I would not consider this a play. At the Orlando Teaser Show The Cage was presented for 3 violent and harrowing minutes and when it was over the audience was absolutely silent. They did not know how to respond. Usually there is laughter and clapping but this was the first time I have ever seen complete silence from an audience at a teaser show.
The green lawn where The Cage was staged was bright and sunny. An energetic dog was retrieving a stick for its owner. In this idyllic setting the cage stood in stark contrast. Billowing deep grey storm clouds on the horizon were threatening an afternoon downpour.
The ICE Agents had clubs, but they never struck the detainee. They were playing good cop and bad cop with the detainee. They bullied this U.S. Citizen to get her to sign a document that would force her to self deport.
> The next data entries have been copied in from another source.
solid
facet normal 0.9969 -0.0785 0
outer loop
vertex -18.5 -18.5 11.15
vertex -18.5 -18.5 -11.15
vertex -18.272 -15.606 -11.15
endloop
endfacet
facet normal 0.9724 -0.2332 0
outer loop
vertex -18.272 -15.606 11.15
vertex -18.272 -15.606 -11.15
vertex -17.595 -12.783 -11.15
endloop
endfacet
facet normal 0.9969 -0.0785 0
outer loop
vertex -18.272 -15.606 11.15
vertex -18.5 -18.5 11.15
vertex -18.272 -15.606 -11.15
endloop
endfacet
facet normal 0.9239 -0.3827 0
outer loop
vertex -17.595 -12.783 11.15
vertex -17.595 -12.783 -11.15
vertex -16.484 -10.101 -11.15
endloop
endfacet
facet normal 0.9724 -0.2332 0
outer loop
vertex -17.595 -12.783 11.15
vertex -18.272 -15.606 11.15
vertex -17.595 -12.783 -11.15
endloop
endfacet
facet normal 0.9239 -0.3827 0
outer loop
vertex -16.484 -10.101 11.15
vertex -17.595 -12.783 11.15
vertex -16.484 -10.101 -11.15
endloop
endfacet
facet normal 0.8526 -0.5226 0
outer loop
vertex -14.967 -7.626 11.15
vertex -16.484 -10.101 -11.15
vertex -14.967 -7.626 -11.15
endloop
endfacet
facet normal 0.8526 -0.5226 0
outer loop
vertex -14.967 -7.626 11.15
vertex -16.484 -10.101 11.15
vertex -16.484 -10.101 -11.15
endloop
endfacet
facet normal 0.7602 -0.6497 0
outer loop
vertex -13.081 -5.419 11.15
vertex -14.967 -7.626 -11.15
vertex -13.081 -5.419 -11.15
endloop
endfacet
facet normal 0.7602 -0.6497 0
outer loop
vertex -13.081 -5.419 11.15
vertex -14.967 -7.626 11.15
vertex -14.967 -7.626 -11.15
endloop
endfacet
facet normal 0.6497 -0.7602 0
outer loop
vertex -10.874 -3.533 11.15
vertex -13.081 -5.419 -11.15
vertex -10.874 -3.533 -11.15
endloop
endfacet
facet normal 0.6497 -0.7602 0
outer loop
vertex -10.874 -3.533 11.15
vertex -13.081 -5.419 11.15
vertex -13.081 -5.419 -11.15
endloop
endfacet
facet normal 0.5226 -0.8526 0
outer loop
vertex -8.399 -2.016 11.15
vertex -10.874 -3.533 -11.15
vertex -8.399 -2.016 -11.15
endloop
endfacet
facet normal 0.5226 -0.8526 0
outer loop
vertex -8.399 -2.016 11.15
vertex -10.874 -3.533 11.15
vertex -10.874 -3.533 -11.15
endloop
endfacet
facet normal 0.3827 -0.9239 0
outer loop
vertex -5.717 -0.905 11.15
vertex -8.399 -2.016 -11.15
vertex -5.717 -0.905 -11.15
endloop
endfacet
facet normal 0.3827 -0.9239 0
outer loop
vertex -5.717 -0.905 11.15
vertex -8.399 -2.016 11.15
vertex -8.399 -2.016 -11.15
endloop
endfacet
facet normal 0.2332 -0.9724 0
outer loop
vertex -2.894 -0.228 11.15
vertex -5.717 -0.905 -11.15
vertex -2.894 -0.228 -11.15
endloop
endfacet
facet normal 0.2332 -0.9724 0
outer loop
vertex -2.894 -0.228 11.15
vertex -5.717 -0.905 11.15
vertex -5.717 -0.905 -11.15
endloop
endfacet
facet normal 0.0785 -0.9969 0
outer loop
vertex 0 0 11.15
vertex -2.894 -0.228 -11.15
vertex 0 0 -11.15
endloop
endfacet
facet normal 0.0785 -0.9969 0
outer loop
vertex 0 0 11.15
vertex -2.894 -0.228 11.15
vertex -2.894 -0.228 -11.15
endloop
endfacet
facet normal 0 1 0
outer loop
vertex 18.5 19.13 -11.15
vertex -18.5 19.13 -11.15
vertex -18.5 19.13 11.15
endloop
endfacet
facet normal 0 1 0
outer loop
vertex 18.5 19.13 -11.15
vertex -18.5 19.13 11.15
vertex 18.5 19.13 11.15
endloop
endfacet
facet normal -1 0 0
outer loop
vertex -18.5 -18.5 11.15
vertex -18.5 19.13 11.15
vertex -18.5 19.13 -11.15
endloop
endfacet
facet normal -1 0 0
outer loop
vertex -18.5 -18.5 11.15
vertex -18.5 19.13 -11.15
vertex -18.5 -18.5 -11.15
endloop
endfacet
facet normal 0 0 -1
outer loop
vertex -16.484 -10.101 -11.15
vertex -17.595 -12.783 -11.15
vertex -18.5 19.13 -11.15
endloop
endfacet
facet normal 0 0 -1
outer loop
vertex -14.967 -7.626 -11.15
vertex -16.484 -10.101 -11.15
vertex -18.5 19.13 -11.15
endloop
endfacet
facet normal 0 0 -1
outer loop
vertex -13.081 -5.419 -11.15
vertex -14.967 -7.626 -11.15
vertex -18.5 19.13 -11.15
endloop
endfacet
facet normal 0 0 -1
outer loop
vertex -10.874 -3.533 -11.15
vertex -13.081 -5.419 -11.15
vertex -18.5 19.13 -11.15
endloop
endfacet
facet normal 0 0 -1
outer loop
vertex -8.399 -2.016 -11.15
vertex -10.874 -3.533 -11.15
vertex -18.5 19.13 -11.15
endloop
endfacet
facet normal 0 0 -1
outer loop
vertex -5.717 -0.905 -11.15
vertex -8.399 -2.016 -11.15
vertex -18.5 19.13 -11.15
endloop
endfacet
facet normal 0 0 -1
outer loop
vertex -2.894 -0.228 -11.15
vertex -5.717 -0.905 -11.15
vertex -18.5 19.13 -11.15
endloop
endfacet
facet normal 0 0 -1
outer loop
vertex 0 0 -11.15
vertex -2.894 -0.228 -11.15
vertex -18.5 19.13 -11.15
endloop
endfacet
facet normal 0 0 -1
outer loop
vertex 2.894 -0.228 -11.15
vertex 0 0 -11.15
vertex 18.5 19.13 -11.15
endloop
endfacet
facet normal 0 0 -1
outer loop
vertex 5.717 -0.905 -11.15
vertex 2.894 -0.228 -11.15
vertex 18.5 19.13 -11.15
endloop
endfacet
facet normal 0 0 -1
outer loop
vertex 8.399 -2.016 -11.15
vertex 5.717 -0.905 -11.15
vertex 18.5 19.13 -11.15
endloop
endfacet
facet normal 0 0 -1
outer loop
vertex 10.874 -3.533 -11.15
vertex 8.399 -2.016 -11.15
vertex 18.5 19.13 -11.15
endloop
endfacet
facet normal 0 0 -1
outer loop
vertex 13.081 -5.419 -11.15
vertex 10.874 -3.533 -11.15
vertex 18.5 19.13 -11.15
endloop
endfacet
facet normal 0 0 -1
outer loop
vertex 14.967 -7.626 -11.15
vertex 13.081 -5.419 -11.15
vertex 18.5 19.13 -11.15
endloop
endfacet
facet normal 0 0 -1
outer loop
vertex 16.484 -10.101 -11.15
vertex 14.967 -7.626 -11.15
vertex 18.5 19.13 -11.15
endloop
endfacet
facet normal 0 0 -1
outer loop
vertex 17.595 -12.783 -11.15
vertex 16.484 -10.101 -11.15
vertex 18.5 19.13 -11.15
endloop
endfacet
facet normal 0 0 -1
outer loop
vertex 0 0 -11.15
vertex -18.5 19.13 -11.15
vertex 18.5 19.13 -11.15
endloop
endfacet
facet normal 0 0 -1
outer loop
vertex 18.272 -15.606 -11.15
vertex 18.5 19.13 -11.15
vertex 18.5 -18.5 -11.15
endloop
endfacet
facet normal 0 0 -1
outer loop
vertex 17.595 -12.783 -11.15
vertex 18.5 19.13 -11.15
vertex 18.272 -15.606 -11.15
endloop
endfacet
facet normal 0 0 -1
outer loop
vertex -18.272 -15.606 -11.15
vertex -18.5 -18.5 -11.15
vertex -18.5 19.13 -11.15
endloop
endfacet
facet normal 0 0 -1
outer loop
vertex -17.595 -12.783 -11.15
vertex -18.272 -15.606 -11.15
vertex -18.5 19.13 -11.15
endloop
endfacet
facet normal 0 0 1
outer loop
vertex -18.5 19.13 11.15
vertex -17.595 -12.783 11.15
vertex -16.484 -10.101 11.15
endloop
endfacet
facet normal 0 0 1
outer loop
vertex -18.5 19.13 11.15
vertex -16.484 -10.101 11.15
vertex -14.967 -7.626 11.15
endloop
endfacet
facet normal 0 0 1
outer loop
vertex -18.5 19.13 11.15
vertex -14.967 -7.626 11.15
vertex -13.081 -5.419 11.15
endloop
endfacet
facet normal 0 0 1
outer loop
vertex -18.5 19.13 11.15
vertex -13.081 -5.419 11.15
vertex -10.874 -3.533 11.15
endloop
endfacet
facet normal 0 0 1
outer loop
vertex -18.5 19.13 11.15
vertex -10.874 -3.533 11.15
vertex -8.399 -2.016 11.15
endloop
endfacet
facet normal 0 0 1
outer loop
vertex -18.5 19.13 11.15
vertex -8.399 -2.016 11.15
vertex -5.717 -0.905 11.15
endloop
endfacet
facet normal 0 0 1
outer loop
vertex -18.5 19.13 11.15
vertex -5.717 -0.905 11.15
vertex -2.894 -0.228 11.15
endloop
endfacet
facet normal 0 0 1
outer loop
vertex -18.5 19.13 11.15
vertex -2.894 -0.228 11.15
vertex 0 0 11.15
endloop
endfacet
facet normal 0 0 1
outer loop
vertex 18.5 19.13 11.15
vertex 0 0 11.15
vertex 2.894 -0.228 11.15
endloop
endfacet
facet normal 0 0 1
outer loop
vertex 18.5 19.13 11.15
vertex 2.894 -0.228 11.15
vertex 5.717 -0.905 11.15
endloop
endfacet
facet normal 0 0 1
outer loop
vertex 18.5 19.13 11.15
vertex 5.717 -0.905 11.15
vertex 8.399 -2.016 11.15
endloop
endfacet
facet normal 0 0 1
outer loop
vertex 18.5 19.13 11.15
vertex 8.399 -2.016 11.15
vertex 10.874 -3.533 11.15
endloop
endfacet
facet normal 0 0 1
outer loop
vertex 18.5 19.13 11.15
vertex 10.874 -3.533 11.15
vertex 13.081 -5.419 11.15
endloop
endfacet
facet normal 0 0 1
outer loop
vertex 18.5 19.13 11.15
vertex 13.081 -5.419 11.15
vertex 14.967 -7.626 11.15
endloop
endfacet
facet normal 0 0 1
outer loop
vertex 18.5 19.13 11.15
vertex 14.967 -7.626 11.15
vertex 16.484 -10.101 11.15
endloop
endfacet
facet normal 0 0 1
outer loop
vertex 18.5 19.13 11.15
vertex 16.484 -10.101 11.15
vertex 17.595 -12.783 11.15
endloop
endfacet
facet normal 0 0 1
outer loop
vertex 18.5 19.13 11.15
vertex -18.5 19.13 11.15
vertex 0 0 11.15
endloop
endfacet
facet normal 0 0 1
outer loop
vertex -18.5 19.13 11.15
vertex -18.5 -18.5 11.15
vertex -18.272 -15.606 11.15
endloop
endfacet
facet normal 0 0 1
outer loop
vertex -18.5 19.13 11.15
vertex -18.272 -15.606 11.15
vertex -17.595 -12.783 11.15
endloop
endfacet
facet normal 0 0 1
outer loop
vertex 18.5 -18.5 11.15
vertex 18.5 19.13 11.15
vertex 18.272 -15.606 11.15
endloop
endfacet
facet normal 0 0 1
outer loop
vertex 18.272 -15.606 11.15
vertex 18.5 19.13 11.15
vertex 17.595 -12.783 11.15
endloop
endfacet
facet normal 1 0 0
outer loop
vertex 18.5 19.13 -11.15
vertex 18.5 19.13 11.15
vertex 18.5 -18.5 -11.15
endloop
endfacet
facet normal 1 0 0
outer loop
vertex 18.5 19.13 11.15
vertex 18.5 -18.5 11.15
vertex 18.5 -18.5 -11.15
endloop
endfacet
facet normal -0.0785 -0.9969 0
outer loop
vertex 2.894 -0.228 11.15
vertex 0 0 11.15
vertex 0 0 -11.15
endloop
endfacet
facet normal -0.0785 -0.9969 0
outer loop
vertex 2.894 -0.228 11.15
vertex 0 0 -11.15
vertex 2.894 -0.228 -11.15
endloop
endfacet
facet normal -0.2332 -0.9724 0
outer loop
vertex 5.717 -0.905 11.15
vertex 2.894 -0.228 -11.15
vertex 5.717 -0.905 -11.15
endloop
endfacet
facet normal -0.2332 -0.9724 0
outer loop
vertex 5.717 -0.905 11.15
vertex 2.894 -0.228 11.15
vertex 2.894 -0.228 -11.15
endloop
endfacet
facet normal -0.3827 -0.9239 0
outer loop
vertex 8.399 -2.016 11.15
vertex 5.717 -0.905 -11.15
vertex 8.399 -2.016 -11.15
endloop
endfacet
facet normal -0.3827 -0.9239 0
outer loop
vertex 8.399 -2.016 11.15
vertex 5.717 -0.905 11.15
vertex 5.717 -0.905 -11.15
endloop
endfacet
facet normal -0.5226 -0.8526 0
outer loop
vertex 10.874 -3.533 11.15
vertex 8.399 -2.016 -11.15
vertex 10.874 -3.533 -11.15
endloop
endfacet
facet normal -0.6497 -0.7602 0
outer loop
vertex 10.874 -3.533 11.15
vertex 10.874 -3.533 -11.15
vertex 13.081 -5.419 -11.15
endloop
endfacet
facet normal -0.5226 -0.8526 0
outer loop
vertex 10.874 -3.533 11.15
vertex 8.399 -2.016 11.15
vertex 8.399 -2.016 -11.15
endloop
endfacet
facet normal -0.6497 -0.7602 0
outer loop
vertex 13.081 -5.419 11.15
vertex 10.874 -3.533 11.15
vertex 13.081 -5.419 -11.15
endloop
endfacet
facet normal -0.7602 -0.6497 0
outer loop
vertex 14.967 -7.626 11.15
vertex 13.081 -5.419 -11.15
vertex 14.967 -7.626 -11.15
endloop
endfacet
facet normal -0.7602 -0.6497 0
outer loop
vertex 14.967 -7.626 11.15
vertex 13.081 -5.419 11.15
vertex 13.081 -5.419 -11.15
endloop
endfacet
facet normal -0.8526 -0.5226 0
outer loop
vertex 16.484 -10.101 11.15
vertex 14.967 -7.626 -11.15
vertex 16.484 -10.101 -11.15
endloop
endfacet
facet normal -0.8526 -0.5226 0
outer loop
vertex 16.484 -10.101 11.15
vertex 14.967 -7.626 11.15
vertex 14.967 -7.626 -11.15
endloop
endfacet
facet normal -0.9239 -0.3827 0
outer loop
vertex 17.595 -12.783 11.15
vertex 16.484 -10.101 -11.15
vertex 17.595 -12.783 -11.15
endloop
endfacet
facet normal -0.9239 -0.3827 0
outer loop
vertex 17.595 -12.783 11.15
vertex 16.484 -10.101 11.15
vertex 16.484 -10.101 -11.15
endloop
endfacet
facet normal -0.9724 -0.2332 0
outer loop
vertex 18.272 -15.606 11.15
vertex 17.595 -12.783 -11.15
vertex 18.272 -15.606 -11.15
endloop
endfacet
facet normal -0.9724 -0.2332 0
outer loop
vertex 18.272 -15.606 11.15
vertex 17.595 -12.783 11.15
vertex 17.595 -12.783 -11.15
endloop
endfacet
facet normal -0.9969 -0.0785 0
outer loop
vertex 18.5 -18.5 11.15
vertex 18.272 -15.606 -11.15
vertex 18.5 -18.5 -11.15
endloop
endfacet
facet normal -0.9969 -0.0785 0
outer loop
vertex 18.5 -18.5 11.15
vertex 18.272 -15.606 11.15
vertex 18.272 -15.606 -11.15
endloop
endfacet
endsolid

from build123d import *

# Parameters (mm, degrees)
SKETCH1_W           = 37
SKETCH1_H           = 22.3
BOSS_EXTRUDE1_DEPTH = 19.13
BOSS_EXTRUDE2_DEPTH = 22.3


with BuildPart() as part:
    # Sketch1 → Boss-Extrude1 (new body)
    with BuildSketch(Plane(origin=(0, 0, 0), x_dir=(1, 0, 0), z_dir=(0, 1, 0))):
        Rectangle(SKETCH1_W, SKETCH1_H)
    extrude(amount=BOSS_EXTRUDE1_DEPTH)

    # Sketch2 → Boss-Extrude2 (add)
    with BuildSketch(Plane.XY.offset(11.15)):
        with BuildLine():
            Line((4e-09, 0), (-18.5, 0))
            Line((-18.5, 0), (-18.5, -18.5))
            ThreePointArc((-18.5, -18.5), (-13.081475451, -5.418524547), (4e-09, 0))
        make_face()
        with BuildLine():
            Line((18.5, 0), (4e-09, 0))
            ThreePointArc((4e-09, 0), (13.081475453, -5.418524549), (18.5, -18.5))
            Line((18.5, -18.5), (18.5, 0))
        make_face()
    extrude(amount=-BOSS_EXTRUDE2_DEPTH)


solid = part.part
The good cop would talk calmly and reason with the woman in the cage. His demeanor made it clear that he felt he was speaking to a subhuman idiot. He would leave the cage and then his partner would take over and threaten and shout at her.
The cage wasn’t very well built. The jagged metal mesh was exposed around the entry gate and one of the ICE agents literally cut his hand. This wasn’t planned or acted out, he went to get a band aid while the other Agent worked to break the will of the detainee.
The audience stood silently in their white masks. Melanie later explained to me that the masks helped separate the audience from the brutal scene playing out before them. As a sketch artist it kept me from seeing the audience reactions which made the scene creepier.
In a later showing of The Cage, Anna Eskamani, the Florida State Representative for House District 42, bravely sat in as the detainee. Since she had been down to Alligator Alcatraz, she knew how real the scene being portrayed was. Since access inside the detention center is denied to members of Congress, the dark reports coming out are often denied by the average U.S. citizen. The truth is often hard to swallow.
The Cage was honored with a Critics’ Choice Award for Agitprop Production. This special distinction recognized the show’s use of political performance techniques—based on interviews with real-life ICE detainees—designed to spur viewers into action.